AFSCME's 10b5-1 proposal, filed so far at Safeway and SanDisk, seeks to close potential loopholes by tightening disclosure requirements and putting in place stronger controls. The resolution calls on boards to adopt principles to help ensure that 10b5-1 plans are not abused. For instance, one principle would limit amendments, or the early termination of plans. Another would require the broker handling 10b5-1 plan trades not to handle other trades for an executive in order to minimize the likelihood that the executive will inadvertently communicate material nonpublic information to the broker.

The proposal also calls for a 90-day gap between adoption or amendment of a 10b5-1 plan and initial trading under the plan, barring executives from trading in company stock outside plans, and a requirement to identify plan transactions on Form 4 reports, which are corporate filings on trades by insiders.

“We believe that 10b5-1 plans, with proper safeguards, can serve a useful function,” AFSCME notes in the proposal's supporting statement. “The disclosure-related principles aim to increase transparency regarding 10b5-1 plans.”

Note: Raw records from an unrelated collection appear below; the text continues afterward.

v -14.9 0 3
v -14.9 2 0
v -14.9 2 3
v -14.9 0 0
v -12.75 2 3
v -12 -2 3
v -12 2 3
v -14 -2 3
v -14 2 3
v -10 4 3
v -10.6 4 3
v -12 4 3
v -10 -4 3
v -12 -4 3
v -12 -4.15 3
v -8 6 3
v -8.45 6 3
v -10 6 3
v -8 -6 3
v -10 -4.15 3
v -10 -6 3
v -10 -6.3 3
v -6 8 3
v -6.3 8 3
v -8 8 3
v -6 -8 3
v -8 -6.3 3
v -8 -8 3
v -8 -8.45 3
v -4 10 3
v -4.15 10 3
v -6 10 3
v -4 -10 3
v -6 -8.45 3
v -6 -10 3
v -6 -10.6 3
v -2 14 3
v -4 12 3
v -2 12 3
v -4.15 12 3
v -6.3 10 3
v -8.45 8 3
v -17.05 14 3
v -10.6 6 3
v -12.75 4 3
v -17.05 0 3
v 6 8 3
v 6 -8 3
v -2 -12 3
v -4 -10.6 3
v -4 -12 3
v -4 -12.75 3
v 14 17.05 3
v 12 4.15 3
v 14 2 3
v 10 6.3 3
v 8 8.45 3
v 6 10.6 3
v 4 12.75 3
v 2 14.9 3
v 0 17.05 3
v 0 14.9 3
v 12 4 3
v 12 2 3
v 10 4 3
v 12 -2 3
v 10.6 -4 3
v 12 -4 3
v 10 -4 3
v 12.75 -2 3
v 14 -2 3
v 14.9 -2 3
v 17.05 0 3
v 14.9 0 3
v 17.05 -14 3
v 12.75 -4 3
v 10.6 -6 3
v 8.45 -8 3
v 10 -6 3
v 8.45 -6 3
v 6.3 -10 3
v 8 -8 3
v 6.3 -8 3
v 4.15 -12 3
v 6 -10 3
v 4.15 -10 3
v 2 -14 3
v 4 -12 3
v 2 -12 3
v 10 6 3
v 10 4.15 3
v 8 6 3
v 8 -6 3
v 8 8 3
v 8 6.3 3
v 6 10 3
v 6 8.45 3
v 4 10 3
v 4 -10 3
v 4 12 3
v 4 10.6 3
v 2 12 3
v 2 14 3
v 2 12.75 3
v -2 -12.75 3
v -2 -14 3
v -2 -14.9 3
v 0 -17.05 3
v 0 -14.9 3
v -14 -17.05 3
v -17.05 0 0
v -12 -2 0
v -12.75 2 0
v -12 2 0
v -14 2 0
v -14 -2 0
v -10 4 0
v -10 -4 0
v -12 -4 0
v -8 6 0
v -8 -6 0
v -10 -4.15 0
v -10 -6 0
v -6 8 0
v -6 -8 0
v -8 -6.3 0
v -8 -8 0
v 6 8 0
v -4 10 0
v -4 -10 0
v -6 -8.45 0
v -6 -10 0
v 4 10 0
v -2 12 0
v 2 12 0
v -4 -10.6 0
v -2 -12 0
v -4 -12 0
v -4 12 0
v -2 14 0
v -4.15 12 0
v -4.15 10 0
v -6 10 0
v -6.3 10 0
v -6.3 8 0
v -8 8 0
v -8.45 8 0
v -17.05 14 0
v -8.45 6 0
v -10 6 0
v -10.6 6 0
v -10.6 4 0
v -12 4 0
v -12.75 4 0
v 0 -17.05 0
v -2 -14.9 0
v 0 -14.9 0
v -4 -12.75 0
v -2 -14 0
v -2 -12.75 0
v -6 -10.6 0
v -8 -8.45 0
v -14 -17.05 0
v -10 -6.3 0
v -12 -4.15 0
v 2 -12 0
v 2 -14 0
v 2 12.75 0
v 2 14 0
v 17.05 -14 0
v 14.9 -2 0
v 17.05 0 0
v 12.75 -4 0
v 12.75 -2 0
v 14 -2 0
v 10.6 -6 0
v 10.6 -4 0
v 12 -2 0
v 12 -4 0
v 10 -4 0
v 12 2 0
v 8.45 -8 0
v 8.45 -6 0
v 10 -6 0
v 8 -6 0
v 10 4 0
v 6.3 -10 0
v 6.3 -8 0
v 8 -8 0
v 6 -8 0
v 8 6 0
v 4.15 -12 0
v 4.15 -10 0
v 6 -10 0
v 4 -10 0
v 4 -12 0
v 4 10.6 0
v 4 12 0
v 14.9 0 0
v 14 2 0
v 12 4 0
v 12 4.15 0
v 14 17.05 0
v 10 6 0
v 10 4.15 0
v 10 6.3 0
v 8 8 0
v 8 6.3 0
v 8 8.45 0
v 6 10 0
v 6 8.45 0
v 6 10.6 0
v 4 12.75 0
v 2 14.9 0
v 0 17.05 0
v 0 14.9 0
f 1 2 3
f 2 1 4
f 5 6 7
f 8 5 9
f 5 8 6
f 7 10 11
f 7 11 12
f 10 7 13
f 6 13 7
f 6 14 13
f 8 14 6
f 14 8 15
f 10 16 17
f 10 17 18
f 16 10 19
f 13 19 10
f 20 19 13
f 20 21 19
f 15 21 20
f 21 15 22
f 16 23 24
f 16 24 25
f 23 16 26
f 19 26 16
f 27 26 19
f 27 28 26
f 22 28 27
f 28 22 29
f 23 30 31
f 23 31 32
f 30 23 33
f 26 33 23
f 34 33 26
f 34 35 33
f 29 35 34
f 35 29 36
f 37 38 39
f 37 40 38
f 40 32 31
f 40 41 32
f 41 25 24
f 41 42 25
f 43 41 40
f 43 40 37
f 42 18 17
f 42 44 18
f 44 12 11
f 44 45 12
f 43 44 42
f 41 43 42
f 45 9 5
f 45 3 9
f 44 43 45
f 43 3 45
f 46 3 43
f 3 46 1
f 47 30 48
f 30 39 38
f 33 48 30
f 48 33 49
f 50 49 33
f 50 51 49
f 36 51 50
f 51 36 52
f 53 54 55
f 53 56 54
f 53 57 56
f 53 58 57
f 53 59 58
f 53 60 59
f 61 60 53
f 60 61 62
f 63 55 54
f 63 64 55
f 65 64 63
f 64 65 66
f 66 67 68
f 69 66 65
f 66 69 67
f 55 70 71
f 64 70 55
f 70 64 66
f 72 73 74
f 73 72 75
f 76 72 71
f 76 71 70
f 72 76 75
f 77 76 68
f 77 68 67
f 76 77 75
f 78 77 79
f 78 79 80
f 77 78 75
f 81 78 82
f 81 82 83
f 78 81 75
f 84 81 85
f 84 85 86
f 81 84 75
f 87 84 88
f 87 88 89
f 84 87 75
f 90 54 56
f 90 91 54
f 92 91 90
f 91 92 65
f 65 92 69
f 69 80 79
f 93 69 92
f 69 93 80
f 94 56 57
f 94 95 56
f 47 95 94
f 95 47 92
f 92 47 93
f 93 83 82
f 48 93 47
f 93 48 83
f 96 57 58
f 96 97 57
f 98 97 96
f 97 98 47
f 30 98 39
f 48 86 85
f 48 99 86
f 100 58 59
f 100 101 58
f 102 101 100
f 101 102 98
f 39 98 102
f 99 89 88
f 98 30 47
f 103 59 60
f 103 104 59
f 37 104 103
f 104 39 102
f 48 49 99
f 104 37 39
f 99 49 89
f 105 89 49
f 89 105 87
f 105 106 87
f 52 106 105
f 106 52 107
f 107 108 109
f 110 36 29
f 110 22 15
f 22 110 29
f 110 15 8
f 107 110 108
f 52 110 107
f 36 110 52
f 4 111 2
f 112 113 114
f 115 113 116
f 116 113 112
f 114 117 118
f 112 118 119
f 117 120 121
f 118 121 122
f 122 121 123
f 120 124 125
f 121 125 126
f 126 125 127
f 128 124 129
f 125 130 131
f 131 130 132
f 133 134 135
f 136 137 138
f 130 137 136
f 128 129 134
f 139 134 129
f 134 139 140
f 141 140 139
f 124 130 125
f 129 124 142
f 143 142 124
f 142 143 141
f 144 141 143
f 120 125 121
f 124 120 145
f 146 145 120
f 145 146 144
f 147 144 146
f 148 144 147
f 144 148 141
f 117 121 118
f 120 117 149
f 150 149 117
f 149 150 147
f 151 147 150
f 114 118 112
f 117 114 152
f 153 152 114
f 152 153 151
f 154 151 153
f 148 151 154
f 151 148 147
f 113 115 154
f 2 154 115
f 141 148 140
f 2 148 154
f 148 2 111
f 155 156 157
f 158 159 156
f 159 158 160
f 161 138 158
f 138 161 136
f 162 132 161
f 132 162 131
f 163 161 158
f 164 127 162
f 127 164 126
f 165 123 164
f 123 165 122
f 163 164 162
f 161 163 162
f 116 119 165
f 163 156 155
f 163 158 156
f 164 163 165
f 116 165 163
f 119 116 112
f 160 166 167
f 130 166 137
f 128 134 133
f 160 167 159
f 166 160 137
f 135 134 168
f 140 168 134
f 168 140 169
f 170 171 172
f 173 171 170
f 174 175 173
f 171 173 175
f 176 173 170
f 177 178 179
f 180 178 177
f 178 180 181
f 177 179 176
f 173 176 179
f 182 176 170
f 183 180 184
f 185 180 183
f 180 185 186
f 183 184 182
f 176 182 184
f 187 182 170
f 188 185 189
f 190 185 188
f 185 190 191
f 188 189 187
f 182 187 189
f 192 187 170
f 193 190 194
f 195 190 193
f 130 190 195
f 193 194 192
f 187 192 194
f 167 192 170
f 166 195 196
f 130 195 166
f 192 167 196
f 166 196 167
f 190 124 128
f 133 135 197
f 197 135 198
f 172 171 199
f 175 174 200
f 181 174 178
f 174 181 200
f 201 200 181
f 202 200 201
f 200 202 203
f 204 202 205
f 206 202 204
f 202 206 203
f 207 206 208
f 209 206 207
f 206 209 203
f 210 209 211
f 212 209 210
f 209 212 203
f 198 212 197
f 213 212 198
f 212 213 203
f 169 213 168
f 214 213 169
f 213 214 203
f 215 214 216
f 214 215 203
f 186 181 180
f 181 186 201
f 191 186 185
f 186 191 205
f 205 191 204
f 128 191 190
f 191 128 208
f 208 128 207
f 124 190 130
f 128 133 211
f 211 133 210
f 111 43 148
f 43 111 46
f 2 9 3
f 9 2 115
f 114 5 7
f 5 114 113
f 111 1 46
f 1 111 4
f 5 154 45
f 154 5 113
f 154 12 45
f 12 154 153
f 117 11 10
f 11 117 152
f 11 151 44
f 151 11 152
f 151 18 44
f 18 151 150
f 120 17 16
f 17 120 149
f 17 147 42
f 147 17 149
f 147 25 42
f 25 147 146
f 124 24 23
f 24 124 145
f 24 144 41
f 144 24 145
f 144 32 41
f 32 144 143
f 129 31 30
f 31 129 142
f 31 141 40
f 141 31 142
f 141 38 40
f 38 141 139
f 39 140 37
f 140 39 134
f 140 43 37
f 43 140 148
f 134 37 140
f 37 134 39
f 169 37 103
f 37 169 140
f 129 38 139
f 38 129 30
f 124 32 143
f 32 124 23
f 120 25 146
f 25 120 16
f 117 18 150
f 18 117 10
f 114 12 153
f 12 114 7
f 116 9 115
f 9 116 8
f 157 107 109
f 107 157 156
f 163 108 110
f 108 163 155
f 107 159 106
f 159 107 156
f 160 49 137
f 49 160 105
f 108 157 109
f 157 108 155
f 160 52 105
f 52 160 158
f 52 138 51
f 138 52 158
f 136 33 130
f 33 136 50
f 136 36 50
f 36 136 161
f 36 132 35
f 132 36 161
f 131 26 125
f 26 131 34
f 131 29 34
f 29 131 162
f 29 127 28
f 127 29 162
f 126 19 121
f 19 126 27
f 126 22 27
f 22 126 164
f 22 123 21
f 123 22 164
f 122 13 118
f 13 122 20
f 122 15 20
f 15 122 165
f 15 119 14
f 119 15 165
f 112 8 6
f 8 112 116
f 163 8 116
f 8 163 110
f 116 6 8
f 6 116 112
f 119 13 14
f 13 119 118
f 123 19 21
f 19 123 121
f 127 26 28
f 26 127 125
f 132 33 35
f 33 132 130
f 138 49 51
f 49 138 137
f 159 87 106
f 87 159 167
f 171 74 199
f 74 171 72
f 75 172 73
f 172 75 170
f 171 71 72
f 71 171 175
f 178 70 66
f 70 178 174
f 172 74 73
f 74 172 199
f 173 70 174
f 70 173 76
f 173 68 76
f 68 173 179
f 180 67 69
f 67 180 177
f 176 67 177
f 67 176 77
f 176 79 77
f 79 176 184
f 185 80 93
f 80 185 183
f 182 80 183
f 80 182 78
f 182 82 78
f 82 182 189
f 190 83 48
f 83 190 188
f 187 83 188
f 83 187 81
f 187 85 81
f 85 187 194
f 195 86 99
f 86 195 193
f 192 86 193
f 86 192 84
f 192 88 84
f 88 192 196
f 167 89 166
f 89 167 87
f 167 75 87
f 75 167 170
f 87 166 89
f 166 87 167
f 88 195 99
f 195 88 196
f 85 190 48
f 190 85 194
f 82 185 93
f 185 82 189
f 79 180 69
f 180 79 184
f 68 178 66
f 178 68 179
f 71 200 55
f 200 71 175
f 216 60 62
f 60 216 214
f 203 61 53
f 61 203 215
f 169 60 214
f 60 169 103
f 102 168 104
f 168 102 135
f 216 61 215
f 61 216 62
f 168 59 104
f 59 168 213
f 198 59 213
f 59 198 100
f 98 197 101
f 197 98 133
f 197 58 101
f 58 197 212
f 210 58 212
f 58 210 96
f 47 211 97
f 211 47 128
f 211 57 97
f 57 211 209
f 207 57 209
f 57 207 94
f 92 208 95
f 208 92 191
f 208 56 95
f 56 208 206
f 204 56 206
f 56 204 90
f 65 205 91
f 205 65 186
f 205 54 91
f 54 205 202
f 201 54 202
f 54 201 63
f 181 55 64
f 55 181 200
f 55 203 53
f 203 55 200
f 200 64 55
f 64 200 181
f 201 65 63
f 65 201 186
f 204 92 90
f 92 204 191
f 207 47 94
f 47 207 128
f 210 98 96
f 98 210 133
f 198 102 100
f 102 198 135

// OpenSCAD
steps = 7;
stepsize = 2;
gapdelta = 0.15;
height = 3;

union() {
    for (a = [0:3]) {
        rotate([0,0,90*a]) {
            translate([-(steps+1)*(stepsize+gapdelta)+gapdelta,-stepsize,0]) {
               
                color("Gray", 1) {
                    union() {
                        for (dx = [1:steps]) {
                            translate([0,dx*stepsize,0]) {
                                cube([dx*(stepsize+gapdelta),stepsize,height]);
                            }
                        }
                    }
                    
                }
               
            }
            translate([0,-stepsize,0]) {

                color("Red", 1) {
                    union() {
                        for (dx = [1:steps]) {
                            translate([-dx*stepsize,stepsize*steps-(dx-1)*stepsize,0]) {
                                cube([dx*stepsize,stepsize,height]);
                            }
                        }
                    }
                }

            }
        }
    }
}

AFSCME also is submitting a new compensation-related proposal that seeks to limit the use of tax gross-ups, whereby companies cover the tax liability of executives, often following a change in control. Such payments have received widespread coverage in recent years as use of perks has proliferated and new SEC compensation disclosure rules make it easier for investors to identify such potential payments.

AFSCME’s proposal calls on companies to refrain from making or promising to make gross-up payments to its senior executives, except those “provided pursuant to a plan, policy or arrangement applicable to management employees” generally, such as those related to relocation or expatriate tax-equalization policies.

The proposal defines a gross-up as “any payment to or on behalf of the senior executive whose amount is calculated by reference to an actual or estimated tax liability of the senior executive.” The definition is designed to focus on the often large payments made in conjunction with severance packages awarded after takeovers.

“Gross-ups highlight the dubious effects of privilege that allow CEOs to avoid taxation, while ordinary Americans cannot,” said Richard Ferlauto, director of pension and benefit policy at AFSCME. Proposals have so far been filed at Nabors, American Express, Textron, CVS Caremark, Northrop Grumman and Clear Channel Communications.

Connecticut Retirement Plans and Trust Funds is seeking to bridge the gap between CEO pay and that of the next highest-paid named executive officer, or NEO. So far, the pension fund is calling on two companies--Abercrombie & Fitch and SUPERVALU--to adopt an internal pay equity policy. Under the proposal, compensation committees would be charged with conducting peer group and other analyses and then disclosing to shareholders “the role of internal pay equity considerations in the process of setting compensation for the CEO and other NEOs.”

We “believe that large CEO to NEO pay ratios may indicate inadequate succession planning, since large disparities may be seen as reflecting significant differences in contribution and ability,” fund officials wrote in the proposal.

Meanwhile, the AFL-CIO is submitting a new resolution that seeks to curb employment contracts for named executive officers. The limits include capping such agreements at three years, barring evergreen clauses that allow for renewal without shareholder approval, and barring the accelerated vesting of stock-based awards and the use of excise tax gross-ups.